Estimates of Lucy’s build were based on comparisons to chimps and indicated to some scientists that she lacked the easy, straight-legged stride of people today. Haile-Selassie and his colleagues suspect that their final reconstruction of Big Man’s anatomy will provide a better model for assessing what Lucy looked like.

“Whatever we’ve been saying about afarensis based on Lucy was mostly wrong,” Haile-Selassie says. “The skeletal framework to enable efficient two-legged walking was established by the time her species had evolved.”

Lucy’s legs were short because of her small size, he adds. If Lucy had been as large as Big Man, her legs would have nearly equaled his in length, Haile-Selassie estimates.

 

Although lacking a skull and teeth, Big Man preserves most of the same skeletal parts as Lucy, as well as a nearly complete shoulder blade and a substantial part of the rib cage.

“This beautiful afarensis specimen confirms the unique skeletal shape of this species at a larger size than Lucy, in what appears to be a male,” remarks anthropologist Carol Ward of the University of Missouri in Columbia.

A long-standing debate over how well Lucy’s kind walked and whether they spent much time in the trees appears unlikely to abate as a result of Big Man’s discovery, though. “There’s nothing special I can see on this new find that will change anyone’s opinion” on how the species navigated the landscape, comments Harvard University anthropologist Daniel Lieberman.

 

Haile-Selassie’s team disagrees. Big Man demonstrates that A. afarensis spent most of the time on the ground, the researchers conclude.

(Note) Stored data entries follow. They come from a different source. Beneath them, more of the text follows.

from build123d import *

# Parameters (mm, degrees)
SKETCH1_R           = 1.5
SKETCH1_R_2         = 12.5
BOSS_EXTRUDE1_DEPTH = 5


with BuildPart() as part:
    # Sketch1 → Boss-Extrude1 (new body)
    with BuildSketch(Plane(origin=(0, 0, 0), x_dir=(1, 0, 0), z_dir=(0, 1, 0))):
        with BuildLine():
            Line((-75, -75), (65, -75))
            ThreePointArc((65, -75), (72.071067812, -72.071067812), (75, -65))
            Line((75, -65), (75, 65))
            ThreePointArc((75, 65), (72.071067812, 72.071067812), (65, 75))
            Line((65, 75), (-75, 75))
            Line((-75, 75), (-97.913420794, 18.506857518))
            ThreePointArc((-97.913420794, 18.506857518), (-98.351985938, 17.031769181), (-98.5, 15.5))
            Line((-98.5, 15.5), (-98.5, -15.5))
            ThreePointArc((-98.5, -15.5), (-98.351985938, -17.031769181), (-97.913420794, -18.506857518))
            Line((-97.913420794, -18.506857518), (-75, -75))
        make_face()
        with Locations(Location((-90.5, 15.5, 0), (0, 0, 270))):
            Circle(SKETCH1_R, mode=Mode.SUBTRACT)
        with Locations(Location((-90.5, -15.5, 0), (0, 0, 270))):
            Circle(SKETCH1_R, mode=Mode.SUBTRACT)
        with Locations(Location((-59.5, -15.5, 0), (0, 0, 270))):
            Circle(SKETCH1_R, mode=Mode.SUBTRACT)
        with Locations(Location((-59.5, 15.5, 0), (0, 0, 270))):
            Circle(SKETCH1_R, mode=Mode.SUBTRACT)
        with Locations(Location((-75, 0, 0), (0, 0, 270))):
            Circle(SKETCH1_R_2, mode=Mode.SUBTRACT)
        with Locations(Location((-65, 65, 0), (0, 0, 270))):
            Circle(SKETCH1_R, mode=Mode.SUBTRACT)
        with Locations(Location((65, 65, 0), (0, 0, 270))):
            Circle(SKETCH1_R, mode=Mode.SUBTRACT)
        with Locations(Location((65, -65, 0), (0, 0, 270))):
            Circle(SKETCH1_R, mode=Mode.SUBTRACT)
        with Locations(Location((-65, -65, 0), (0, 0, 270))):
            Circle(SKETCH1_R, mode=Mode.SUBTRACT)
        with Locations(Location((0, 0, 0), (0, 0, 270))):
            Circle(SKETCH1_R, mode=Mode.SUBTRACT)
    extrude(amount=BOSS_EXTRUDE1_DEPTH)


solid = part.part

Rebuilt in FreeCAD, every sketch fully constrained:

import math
import FreeCAD as App
import Part
import Sketcher
from FreeCAD import Vector

doc = App.newDocument("Part")
body = doc.addObject("PartDesign::Body", "Body")

sketch1 = doc.addObject("Sketcher::SketchObject", "Sketch")
body.addObject(sketch1)
sketch1.AttachmentSupport = (doc.XZ_Plane, [""])
sketch1.MapMode = "FlatFace"
sketch1.addGeometry([
    Part.LineSegment(Vector(-75, 75, 0), Vector(65, 75, 0)),
    Part.ArcOfCircle(Part.Circle(Vector(65, 65, 0), Vector(0, 0, 1), 10), math.radians(0), math.radians(90)),
    Part.LineSegment(Vector(75, 65, 0), Vector(75, -65, 0)),
    Part.ArcOfCircle(Part.Circle(Vector(65, -65, 0), Vector(0, 0, 1), 10), math.radians(-90), math.radians(0)),
    Part.LineSegment(Vector(65, -75, 0), Vector(-75, -75, 0)),
    Part.LineSegment(Vector(-75, -75, 0), Vector(-97.9, -18.5, 0)),
    Part.ArcOfCircle(Part.Circle(Vector(-90.5, -15.5, 0), Vector(0, 0, 1), 8), math.radians(-180), math.radians(-158)),
    Part.LineSegment(Vector(-98.5, -15.5, 0), Vector(-98.5, 15.5, 0)),
    Part.ArcOfCircle(Part.Circle(Vector(-90.5, 15.5, 0), Vector(0, 0, 1), 8), math.radians(158), math.radians(180)),
    Part.LineSegment(Vector(-97.9, 18.5, 0), Vector(-75, 75, 0)),
    Part.Circle(Vector(-65, 65, 0), Vector(0, 0, 1), 1.5),
    Part.Circle(Vector(-90.5, 15.5, 0), Vector(0, 0, 1), 1.5),
    Part.Circle(Vector(-59.5, 15.5, 0), Vector(0, 0, 1), 1.5),
    Part.Circle(Vector(65, 65, 0), Vector(0, 0, 1), 1.5),
    Part.Circle(Vector(-75, 0, 0), Vector(0, 0, 1), 12.5),
    Part.Circle(Vector(-90.5, -15.5, 0), Vector(0, 0, 1), 1.5),
    Part.Circle(Vector(-59.5, -15.5, 0), Vector(0, 0, 1), 1.5),
    Part.Circle(Vector(-65, -65, 0), Vector(0, 0, 1), 1.5),
    Part.Circle(Vector(0, 0, 0), Vector(0, 0, 1), 1.5),
    Part.Circle(Vector(65, -65, 0), Vector(0, 0, 1), 1.5),
], False)
sketch1.addConstraint([
    Sketcher.Constraint("Tangent", 0, 2, 1, 2),
    Sketcher.Constraint("Tangent", 1, 1, 2, 1),
    Sketcher.Constraint("Tangent", 2, 2, 3, 2),
    Sketcher.Constraint("Tangent", 3, 1, 4, 1),
    Sketcher.Constraint("Coincident", 4, 2, 5, 1),
    Sketcher.Constraint("Tangent", 5, 2, 6, 2),
    Sketcher.Constraint("Tangent", 6, 1, 7, 1),
    Sketcher.Constraint("Tangent", 7, 2, 8, 2),
    Sketcher.Constraint("Tangent", 8, 1, 9, 1),
    Sketcher.Constraint("Coincident", 9, 2, 0, 1),
    Sketcher.Constraint("Horizontal", 0),
    Sketcher.Constraint("Vertical", 2),
    Sketcher.Constraint("Horizontal", 4),
    Sketcher.Constraint("Vertical", 7),
    Sketcher.Constraint("Coincident", 18, 3, -1, 1),
    Sketcher.Constraint("Coincident", 11, 3, 8, 3),
    Sketcher.Constraint("Coincident", 13, 3, 1, 3),
    Sketcher.Constraint("Coincident", 15, 3, 6, 3),
    Sketcher.Constraint("Coincident", 19, 3, 3, 3),
    Sketcher.Constraint("Equal", 1, 3),
    Sketcher.Constraint("Equal", 6, 8),
    Sketcher.Constraint("Equal", 10, 11),
    Sketcher.Constraint("Equal", 11, 12),
    Sketcher.Constraint("Equal", 12, 13),
    Sketcher.Constraint("Equal", 13, 15),
    Sketcher.Constraint("Equal", 15, 16),
    Sketcher.Constraint("Equal", 16, 17),
    Sketcher.Constraint("Equal", 17, 18),
    Sketcher.Constraint("Equal", 18, 19),
    Sketcher.Constraint("Symmetric", 3, 3, 10, 3, -1, 1),
    Sketcher.Constraint("Symmetric", 1, 3, 17, 3, -1, 1),
    Sketcher.Constraint("Symmetric", 12, 3, 16, 3, -1),
    Sketcher.Constraint("Symmetric", 5, 2, 8, 1, -1),
    Sketcher.Constraint("PointOnObject", 14, 3, -1),
    Sketcher.Constraint("Horizontal", 1, 3, 10, 3),
    Sketcher.Constraint("Horizontal", 11, 3, 12, 3),
    Sketcher.Constraint("Vertical", 14, 3, 4, 2),
    Sketcher.Constraint("Diameter", 10, 3.0),
    Sketcher.Constraint("Diameter", 14, 25.0),
    Sketcher.Constraint("Radius", 1, 10.0),
    Sketcher.Constraint("Radius", 6, 8.0),
    Sketcher.Constraint("DistanceX", 0, 1, 0, 2, 140.0),
    Sketcher.Constraint("DistanceY", 2, 2, 2, 1, 130.0),
    Sketcher.Constraint("DistanceY", 7, 1, 7, 2, 31.0),
    Sketcher.Constraint("DistanceX", -1, 1, 1, 3, 65.0),
    Sketcher.Constraint("DistanceX", 8, 3, 12, 3, 31.0),
    Sketcher.Constraint("DistanceX", 6, 3, -1, 1, 90.5),
])
pad1 = doc.addObject("PartDesign::Pad", "Pad")
body.addObject(pad1)
pad1.Profile = sketch1
pad1.Length = 5
pad1.Reversed = True

doc.recompute()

“They were good walkers, but we don’t know how well they ran,” Haile-Selassie says. Big Man’s long-legged stride indicates that members of his species could have made 3.6-million-year-old footprints found more than 30 years ago at Laetoli, Tanzania (SN Online: 3/22/10), 

Anthropologist Owen Lovejoy of Kent State University in Ohio, a coauthor of the new paper, regards Big Man as having been an “excellent runner.” His pelvis supported humanlike hamstring muscles and, as indicated by the Laetoli footprints, his feet had arches, Lovejoy holds.

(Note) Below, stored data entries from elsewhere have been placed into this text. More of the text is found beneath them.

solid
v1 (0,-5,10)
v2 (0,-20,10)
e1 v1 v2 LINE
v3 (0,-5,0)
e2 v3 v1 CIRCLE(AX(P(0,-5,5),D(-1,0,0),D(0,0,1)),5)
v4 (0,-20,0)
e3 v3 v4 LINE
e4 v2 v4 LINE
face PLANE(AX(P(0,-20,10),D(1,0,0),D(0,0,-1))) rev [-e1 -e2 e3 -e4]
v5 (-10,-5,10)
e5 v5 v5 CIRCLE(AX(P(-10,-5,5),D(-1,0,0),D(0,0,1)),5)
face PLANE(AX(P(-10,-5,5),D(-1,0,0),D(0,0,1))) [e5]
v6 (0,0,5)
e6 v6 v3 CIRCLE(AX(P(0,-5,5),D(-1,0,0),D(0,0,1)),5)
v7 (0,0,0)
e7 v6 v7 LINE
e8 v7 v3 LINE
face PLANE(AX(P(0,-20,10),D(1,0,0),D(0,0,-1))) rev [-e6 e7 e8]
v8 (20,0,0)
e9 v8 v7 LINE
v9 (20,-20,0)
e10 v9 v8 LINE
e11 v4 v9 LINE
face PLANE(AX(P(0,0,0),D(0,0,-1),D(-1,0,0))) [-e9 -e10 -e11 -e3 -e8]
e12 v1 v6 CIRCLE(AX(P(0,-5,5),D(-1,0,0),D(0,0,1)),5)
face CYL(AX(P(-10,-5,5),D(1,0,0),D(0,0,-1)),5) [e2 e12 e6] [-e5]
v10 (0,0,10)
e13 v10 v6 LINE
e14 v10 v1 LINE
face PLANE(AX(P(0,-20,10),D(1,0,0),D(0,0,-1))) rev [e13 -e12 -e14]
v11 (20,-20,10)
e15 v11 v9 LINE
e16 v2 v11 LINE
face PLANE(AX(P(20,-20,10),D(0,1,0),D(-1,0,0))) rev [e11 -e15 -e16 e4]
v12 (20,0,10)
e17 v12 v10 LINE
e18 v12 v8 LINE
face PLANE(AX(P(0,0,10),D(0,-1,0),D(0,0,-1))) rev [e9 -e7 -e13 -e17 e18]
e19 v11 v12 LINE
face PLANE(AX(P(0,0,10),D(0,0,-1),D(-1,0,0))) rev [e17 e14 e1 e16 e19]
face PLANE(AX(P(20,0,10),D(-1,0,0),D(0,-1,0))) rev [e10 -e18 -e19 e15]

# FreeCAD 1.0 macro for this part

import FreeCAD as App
import Part
import Sketcher


def add_polygon(sketch, points):
    """Adds a closed chain of lines whose ends are joined by coincident constraints."""
    first, n = sketch.GeometryCount, len(points)
    for a, b in zip(points, points[1:] + points[:1]):
        sketch.addGeometry(Part.LineSegment(App.Vector(*a, 0), App.Vector(*b, 0)), False)
    for i in range(n):
        sketch.addConstraint(Sketcher.Constraint("Coincident", first + i, 2, first + (i + 1) % n, 1))

doc = App.newDocument("Part")
body = doc.addObject("PartDesign::Body", "Body")

# Sketch on XY plane
sketch1 = doc.addObject("Sketcher::SketchObject", "Sketch")
body.addObject(sketch1)
sketch1.AttachmentSupport = (doc.XY_Plane, [""])
sketch1.MapMode = "FlatFace"
add_polygon(sketch1, [(0, 0), (0, -20), (20, -20), (20, 0)])  # lines 0-3
sketch1.addConstraint([
    Sketcher.Constraint("Vertical", 0),
    Sketcher.Constraint("Horizontal", 1),
    Sketcher.Constraint("Vertical", 2),
    Sketcher.Constraint("Horizontal", 3),
    Sketcher.Constraint("Coincident", 3, 2, -1, 1),
    Sketcher.Constraint("Equal", 3, 0),
    Sketcher.Constraint("DistanceX", 1, 1, 1, 2, 20.0),
])
pad1 = doc.addObject("PartDesign::Pad", "Pad")
body.addObject(pad1)
pad1.Profile = sketch1
pad1.Length = 10

# Sketch on YZ plane
sketch2 = doc.addObject("Sketcher::SketchObject", "Sketch001")
body.addObject(sketch2)
sketch2.AttachmentSupport = (doc.YZ_Plane, [""])
sketch2.MapMode = "FlatFace"
sketch2.addGeometry(Part.Circle(App.Vector(-5, 5, 0), App.Vector(0, 0, 1), 5), False)
sketch2.addConstraint([
    Sketcher.Constraint("Diameter", 0, 10.0),
    Sketcher.Constraint("DistanceX", 0, 3, -1, 1, 5.0),
    Sketcher.Constraint("DistanceY", -1, 1, 0, 3, 5.0),
])
pad2 = doc.addObject("PartDesign::Pad", "Pad001")
body.addObject(pad2)
pad2.Profile = sketch2
pad2.Length = 10
pad2.Reversed = True

doc.recompute()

Fossil hominid skeletons as complete as Big Man “are few and far between,” says anthropologist William Jungers of Stony Brook University in New York. But the new find mostly confirms what was already known about Lucy, he asserts. Lucy’s kind, including Big Man, were decent tree climbers, even if they couldn’t hang from branches or swing from limb to limb as chimpanzees do, he says.

 

“Riddle me this,” asks Jungers in considering Hailie-Selassie’s emphasis on a ground-dwelling A. afarensis. “Where did they sleep? Did they wait for fruit to fall to the ground? Where did they go to escape predators?”

Groups of A. afarensis individuals must have devised ground-based strategies to ward off predators, Lovejoy responds. Some big cats would have negotiated trees better than Lucy’s kind, he notes.

Jungers also doubts Lovejoy and Haile-Selassie’s contention that a nearly humanlike gait had evolved in A. afarensis. Big Man includes only one nearly complete limb bone, from the lower left leg, which makes it difficult to estimate how long his legs were relative to his arms, Jungers contends.

Limb remains of hominid species that came after afarensis indicate that they evolved increasingly longer legs and a more efficient walking stance, Jungers adds.

 

In his view, hips conducive to walking slowly with legs wide apart evolved in an even earlier hominid, 6-million-year-old Orrorin tugenensis (SN: 3/29/08, p. 205

] and characterized later Australopithecus species, including Lucy’s kind.

Haile-Selassie counters that features of Big Man’s pelvis related to walking closely resemble those of a 1.4-million to 900,000-year-old female Homo erectus from another Ethiopian site (SN: 12/6/08, p. 14). 

Big Man’s legs also demonstrate that the comparably long legs of nearly 2-million-year-old South African hominids don’t represent a transition to the Homo genus (SN: 5/8/10, p. 14), Haile-Selassie asserts.

Haile-Selassie doubts that additional pieces of Big Man’s skeleton will turn up. “If anything more was there, we would have found it by now,” he says with a resigned laugh.